## Exercise objective
Your answer should be only the lines below from the one with "#195=CIRCLE('',#194,7.85);" to the one with "#204=ORIENTED_EDGE('',*,*,#203,.T.);", repeated exactly, ends included.

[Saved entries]
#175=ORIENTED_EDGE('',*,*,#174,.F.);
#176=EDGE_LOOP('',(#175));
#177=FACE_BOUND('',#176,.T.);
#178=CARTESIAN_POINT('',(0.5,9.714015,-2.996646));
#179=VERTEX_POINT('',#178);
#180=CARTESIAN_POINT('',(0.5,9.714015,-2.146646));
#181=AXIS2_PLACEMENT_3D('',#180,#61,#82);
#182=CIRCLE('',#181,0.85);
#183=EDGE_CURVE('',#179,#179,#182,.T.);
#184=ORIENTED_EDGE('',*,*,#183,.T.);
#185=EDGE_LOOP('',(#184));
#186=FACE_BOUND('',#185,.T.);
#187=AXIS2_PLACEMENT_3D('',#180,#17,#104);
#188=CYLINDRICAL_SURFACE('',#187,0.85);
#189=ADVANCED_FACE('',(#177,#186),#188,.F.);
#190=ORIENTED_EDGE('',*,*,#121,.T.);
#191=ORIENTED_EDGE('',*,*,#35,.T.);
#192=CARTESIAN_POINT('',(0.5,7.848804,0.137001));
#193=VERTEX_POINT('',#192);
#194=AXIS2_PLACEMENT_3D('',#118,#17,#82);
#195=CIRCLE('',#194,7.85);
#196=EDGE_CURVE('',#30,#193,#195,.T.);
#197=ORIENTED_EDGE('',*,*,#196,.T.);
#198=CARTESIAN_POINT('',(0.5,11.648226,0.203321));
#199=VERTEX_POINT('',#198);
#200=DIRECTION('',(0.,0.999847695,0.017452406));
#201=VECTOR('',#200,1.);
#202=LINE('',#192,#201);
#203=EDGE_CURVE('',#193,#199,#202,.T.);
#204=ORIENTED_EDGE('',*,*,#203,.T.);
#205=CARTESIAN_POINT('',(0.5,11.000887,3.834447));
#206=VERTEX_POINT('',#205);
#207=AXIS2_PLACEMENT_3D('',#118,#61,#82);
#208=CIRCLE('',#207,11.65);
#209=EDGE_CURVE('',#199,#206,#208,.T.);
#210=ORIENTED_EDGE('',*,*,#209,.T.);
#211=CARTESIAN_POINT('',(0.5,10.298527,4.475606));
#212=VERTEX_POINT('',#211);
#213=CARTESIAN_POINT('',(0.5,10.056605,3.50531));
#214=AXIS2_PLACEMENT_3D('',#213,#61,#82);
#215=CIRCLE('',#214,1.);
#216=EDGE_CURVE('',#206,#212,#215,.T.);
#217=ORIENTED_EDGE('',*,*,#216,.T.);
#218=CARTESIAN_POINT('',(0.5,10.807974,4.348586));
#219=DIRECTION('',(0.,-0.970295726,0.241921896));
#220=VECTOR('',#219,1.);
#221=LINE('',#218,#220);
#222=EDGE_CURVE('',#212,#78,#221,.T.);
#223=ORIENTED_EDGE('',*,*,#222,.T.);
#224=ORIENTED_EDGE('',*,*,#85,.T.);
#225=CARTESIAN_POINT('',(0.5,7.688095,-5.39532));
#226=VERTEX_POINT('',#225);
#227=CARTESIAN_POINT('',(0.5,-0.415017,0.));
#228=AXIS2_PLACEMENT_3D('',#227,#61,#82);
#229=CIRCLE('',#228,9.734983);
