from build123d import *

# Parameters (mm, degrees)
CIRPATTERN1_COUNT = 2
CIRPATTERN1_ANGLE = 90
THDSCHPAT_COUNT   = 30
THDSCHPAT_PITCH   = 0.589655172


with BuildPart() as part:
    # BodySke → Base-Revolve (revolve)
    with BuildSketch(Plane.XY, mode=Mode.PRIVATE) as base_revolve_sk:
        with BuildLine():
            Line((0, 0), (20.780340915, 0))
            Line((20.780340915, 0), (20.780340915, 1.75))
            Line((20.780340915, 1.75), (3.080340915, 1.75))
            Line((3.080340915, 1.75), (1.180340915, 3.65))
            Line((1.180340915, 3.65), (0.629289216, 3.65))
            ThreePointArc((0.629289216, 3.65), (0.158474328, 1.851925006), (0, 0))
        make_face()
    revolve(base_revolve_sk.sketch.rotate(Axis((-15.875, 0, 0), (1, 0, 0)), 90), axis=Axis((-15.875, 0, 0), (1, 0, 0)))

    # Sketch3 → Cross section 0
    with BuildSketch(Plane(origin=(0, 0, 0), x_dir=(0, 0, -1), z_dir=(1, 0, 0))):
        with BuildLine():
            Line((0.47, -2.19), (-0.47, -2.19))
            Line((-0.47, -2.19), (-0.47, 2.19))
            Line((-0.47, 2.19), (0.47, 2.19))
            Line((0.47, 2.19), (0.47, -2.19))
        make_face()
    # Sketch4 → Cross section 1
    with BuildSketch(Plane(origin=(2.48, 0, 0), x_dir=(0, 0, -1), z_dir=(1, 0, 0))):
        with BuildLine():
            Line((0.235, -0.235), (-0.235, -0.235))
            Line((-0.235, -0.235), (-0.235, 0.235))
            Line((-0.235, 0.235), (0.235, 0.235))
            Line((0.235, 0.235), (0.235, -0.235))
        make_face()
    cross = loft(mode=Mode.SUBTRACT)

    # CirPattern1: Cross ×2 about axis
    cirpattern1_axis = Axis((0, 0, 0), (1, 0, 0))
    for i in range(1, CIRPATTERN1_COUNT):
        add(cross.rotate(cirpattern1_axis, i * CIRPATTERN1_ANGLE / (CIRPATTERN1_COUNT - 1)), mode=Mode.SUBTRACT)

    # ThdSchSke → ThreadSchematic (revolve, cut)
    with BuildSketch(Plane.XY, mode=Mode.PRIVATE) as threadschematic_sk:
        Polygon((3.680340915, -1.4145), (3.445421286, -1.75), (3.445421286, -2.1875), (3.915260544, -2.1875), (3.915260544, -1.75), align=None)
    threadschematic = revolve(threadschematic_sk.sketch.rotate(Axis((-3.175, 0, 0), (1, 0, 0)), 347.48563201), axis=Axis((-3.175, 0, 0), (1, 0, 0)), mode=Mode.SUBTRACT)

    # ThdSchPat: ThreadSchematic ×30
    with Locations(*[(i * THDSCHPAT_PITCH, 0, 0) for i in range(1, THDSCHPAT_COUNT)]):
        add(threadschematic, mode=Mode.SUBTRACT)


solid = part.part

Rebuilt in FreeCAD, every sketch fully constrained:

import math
import FreeCAD as App
import Part
import Sketcher

V = App.Vector
Q = App.Units.Quantity


def add_polygon(sketch, points):
    """Adds a closed chain of lines whose ends are joined by coincident constraints."""
    first, n = sketch.GeometryCount, len(points)
    for a, b in zip(points, points[1:] + points[:1]):
        sketch.addGeometry(Part.LineSegment(App.Vector(*a, 0), App.Vector(*b, 0)), False)
    for i in range(n):
        sketch.addConstraint(Sketcher.Constraint("Coincident", first + i, 2, first + (i + 1) % n, 1))

doc = App.newDocument("Part")
body = doc.addObject("PartDesign::Body", "Body")

# Sketch on XY plane
sketch1 = body.newObject("Sketcher::SketchObject", "Sketch")
sketch1.AttachmentSupport = (doc.getObject("XY_Plane"), [""])
sketch1.MapMode = "FlatFace"
sketch1.addGeometry(Part.LineSegment(V(0, 0, 0), V(20.8, 0, 0)), False)
sketch1.addGeometry(Part.LineSegment(V(20.8, 0, 0), V(20.8, 1.8, 0)), False)
sketch1.addGeometry(Part.LineSegment(V(20.8, 1.8, 0), V(3.1, 1.8, 0)), False)
sketch1.addGeometry(Part.LineSegment(V(3.1, 1.8, 0), V(1.2, 3.6, 0)), False)
sketch1.addGeometry(Part.LineSegment(V(1.2, 3.6, 0), V(0.6, 3.6, 0)), False)
sketch1.addGeometry(Part.ArcOfCircle(Part.Circle(V(10.9, 0, 0), V(0, 0, 1), 10.9), math.radians(160.44), math.radians(180)), False)
sketch1.addConstraint(Sketcher.Constraint("Coincident", 0, 2, 1, 1))
sketch1.addConstraint(Sketcher.Constraint("Coincident", 1, 2, 2, 1))
sketch1.addConstraint(Sketcher.Constraint("Coincident", 2, 2, 3, 1))
sketch1.addConstraint(Sketcher.Constraint("Coincident", 3, 2, 4, 1))
sketch1.addConstraint(Sketcher.Constraint("Coincident", 4, 2, 5, 1))
sketch1.addConstraint(Sketcher.Constraint("Coincident", 5, 2, 0, 1))
sketch1.addConstraint(Sketcher.Constraint("Horizontal", 0))
sketch1.addConstraint(Sketcher.Constraint("Vertical", 1))
sketch1.addConstraint(Sketcher.Constraint("Horizontal", 2))
sketch1.addConstraint(Sketcher.Constraint("Horizontal", 4))
sketch1.addConstraint(Sketcher.Constraint("Coincident", 5, 2, -1, 1))
sketch1.addConstraint(Sketcher.Constraint("PointOnObject", 5, 3, -1))
sketch1.addConstraint(Sketcher.Constraint("Radius", 5, 10.9))
sketch1.addConstraint(Sketcher.Constraint("Angle", 3, Q("135 deg")))
sketch1.addConstraint(Sketcher.Constraint("DistanceX", 2, 2, 2, 1, 17.7))
sketch1.addConstraint(Sketcher.Constraint("DistanceY", 1, 1, 1, 2, 1.75))
sketch1.addConstraint(Sketcher.Constraint("DistanceX", 3, 2, 2, 2, 1.9))
sketch1.addConstraint(Sketcher.Constraint("DistanceX", 0, 1, 0, 2, 20.780341))
revolution = body.newObject("PartDesign::Revolution", "Revolution")
revolution.Profile = sketch1
revolution.ReferenceAxis = (sketch1, ["H_Axis"])
revolution.Angle = 360

# Sketch on YZ plane
sketch2 = body.newObject("Sketcher::SketchObject", "Sketch001")
sketch2.AttachmentSupport = (doc.getObject("YZ_Plane"), [""])
sketch2.MapMode = "FlatFace"
add_polygon(sketch2, [(-2.2, 0.5), (-2.2, -0.5), (2.2, -0.5), (2.2, 0.5)])  # lines 0-3
sketch2.addConstraint(Sketcher.Constraint("Vertical", 0))
sketch2.addConstraint(Sketcher.Constraint("Horizontal", 1))
sketch2.addConstraint(Sketcher.Constraint("Vertical", 2))
sketch2.addConstraint(Sketcher.Constraint("Horizontal", 3))
sketch2.addConstraint(Sketcher.Constraint("Symmetric", 0, 2, 2, 2, -1, 1))
sketch2.addConstraint(Sketcher.Constraint("DistanceX", 1, 1, 1, 2, 4.38))
sketch2.addConstraint(Sketcher.Constraint("DistanceY", 0, 2, 0, 1, 0.94))

# Sketch on YZ plane
sketch3 = body.newObject("Sketcher::SketchObject", "Sketch002")
sketch3.AttachmentSupport = (doc.getObject("YZ_Plane"), [""])
sketch3.MapMode = "FlatFace"
sketch3.AttachmentOffset = App.Placement(V(0, 0, 2.48), App.Rotation())
add_polygon(sketch3, [(-0.23, 0.23), (-0.23, -0.23), (0.23, -0.23), (0.23, 0.23)])  # lines 0-3
sketch3.addConstraint(Sketcher.Constraint("Vertical", 0))
sketch3.addConstraint(Sketcher.Constraint("Horizontal", 1))
sketch3.addConstraint(Sketcher.Constraint("Vertical", 2))
sketch3.addConstraint(Sketcher.Constraint("Horizontal", 3))
sketch3.addConstraint(Sketcher.Constraint("Symmetric", 0, 2, 2, 2, -1, 1))
sketch3.addConstraint(Sketcher.Constraint("Equal", 3, 0))
sketch3.addConstraint(Sketcher.Constraint("DistanceX", 1, 1, 1, 2, 0.47))

subtractiveloft = body.newObject("PartDesign::SubtractiveLoft", "SubtractiveLoft")
subtractiveloft.Profile = sketch2
subtractiveloft.Sections = [sketch3]
doc.recompute()

polarpattern = body.newObject("PartDesign::PolarPattern", "PolarPattern")
polarpattern.Originals = [subtractiveloft]
polarpattern.Axis = (doc.getObject("X_Axis"), [""])
polarpattern.Angle = 90
polarpattern.Occurrences = 2
body.Tip = polarpattern

# Sketch on XY plane
sketch4 = body.newObject("Sketcher::SketchObject", "Sketch003")
sketch4.AttachmentSupport = (doc.getObject("XY_Plane"), [""])
sketch4.MapMode = "FlatFace"
add_polygon(sketch4, [(3.68, -1.41), (3.45, -1.75), (3.45, -2.19), (3.92, -2.19), (3.92, -1.75)])  # lines 0-4
sketch4.addConstraint(Sketcher.Constraint("Vertical", 1))
sketch4.addConstraint(Sketcher.Constraint("Horizontal", 2))
sketch4.addConstraint(Sketcher.Constraint("Vertical", 3))
sketch4.addConstraint(Sketcher.Constraint("Horizontal", 0, 2, 3, 2))
sketch4.addConstraint(Sketcher.Constraint("Equal", 0, 4))
sketch4.addConstraint(Sketcher.Constraint("Angle", 0, Q("-125 deg")))
sketch4.addConstraint(Sketcher.Constraint("DistanceY", 0, 2, -1, 1, 1.75))
sketch4.addConstraint(Sketcher.Constraint("DistanceY", 1, 2, 1, 1, 0.4375))
sketch4.addConstraint(Sketcher.Constraint("DistanceY", 1, 2, 4, 2, 0.773))
sketch4.addConstraint(Sketcher.Constraint("DistanceX", -1, 1, 0, 2, 3.445421))
groove = body.newObject("PartDesign::Groove", "Groove")
groove.Profile = sketch4
groove.ReferenceAxis = (sketch4, ["H_Axis"])
groove.Angle = 360
doc.recompute()

linearpattern = body.newObject("PartDesign::LinearPattern", "LinearPattern")
linearpattern.Originals = [groove]
linearpattern.Direction = (doc.getObject("X_Axis"), [""])
linearpattern.Mode = "offset"
linearpattern.Offset = 0.589655
linearpattern.Occurrences = 30
body.Tip = linearpattern

doc.recompute()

## Response below
#195=CIRCLE('',#194,7.85);
#196=EDGE_CURVE('',#30,#193,#195,.T.);
#197=ORIENTED_EDGE('',*,*,#196,.T.);
#198=CARTESIAN_POINT('',(0.5,11.648226,0.203321));
#199=VERTEX_POINT('',#198);
#200=DIRECTION('',(0.,0.999847695,0.017452406));
#201=VECTOR('',#200,1.);
#202=LINE('',#192,#201);
#203=EDGE_CURVE('',#193,#199,#202,.T.);
#204=ORIENTED_EDGE('',*,*,#203,.T.);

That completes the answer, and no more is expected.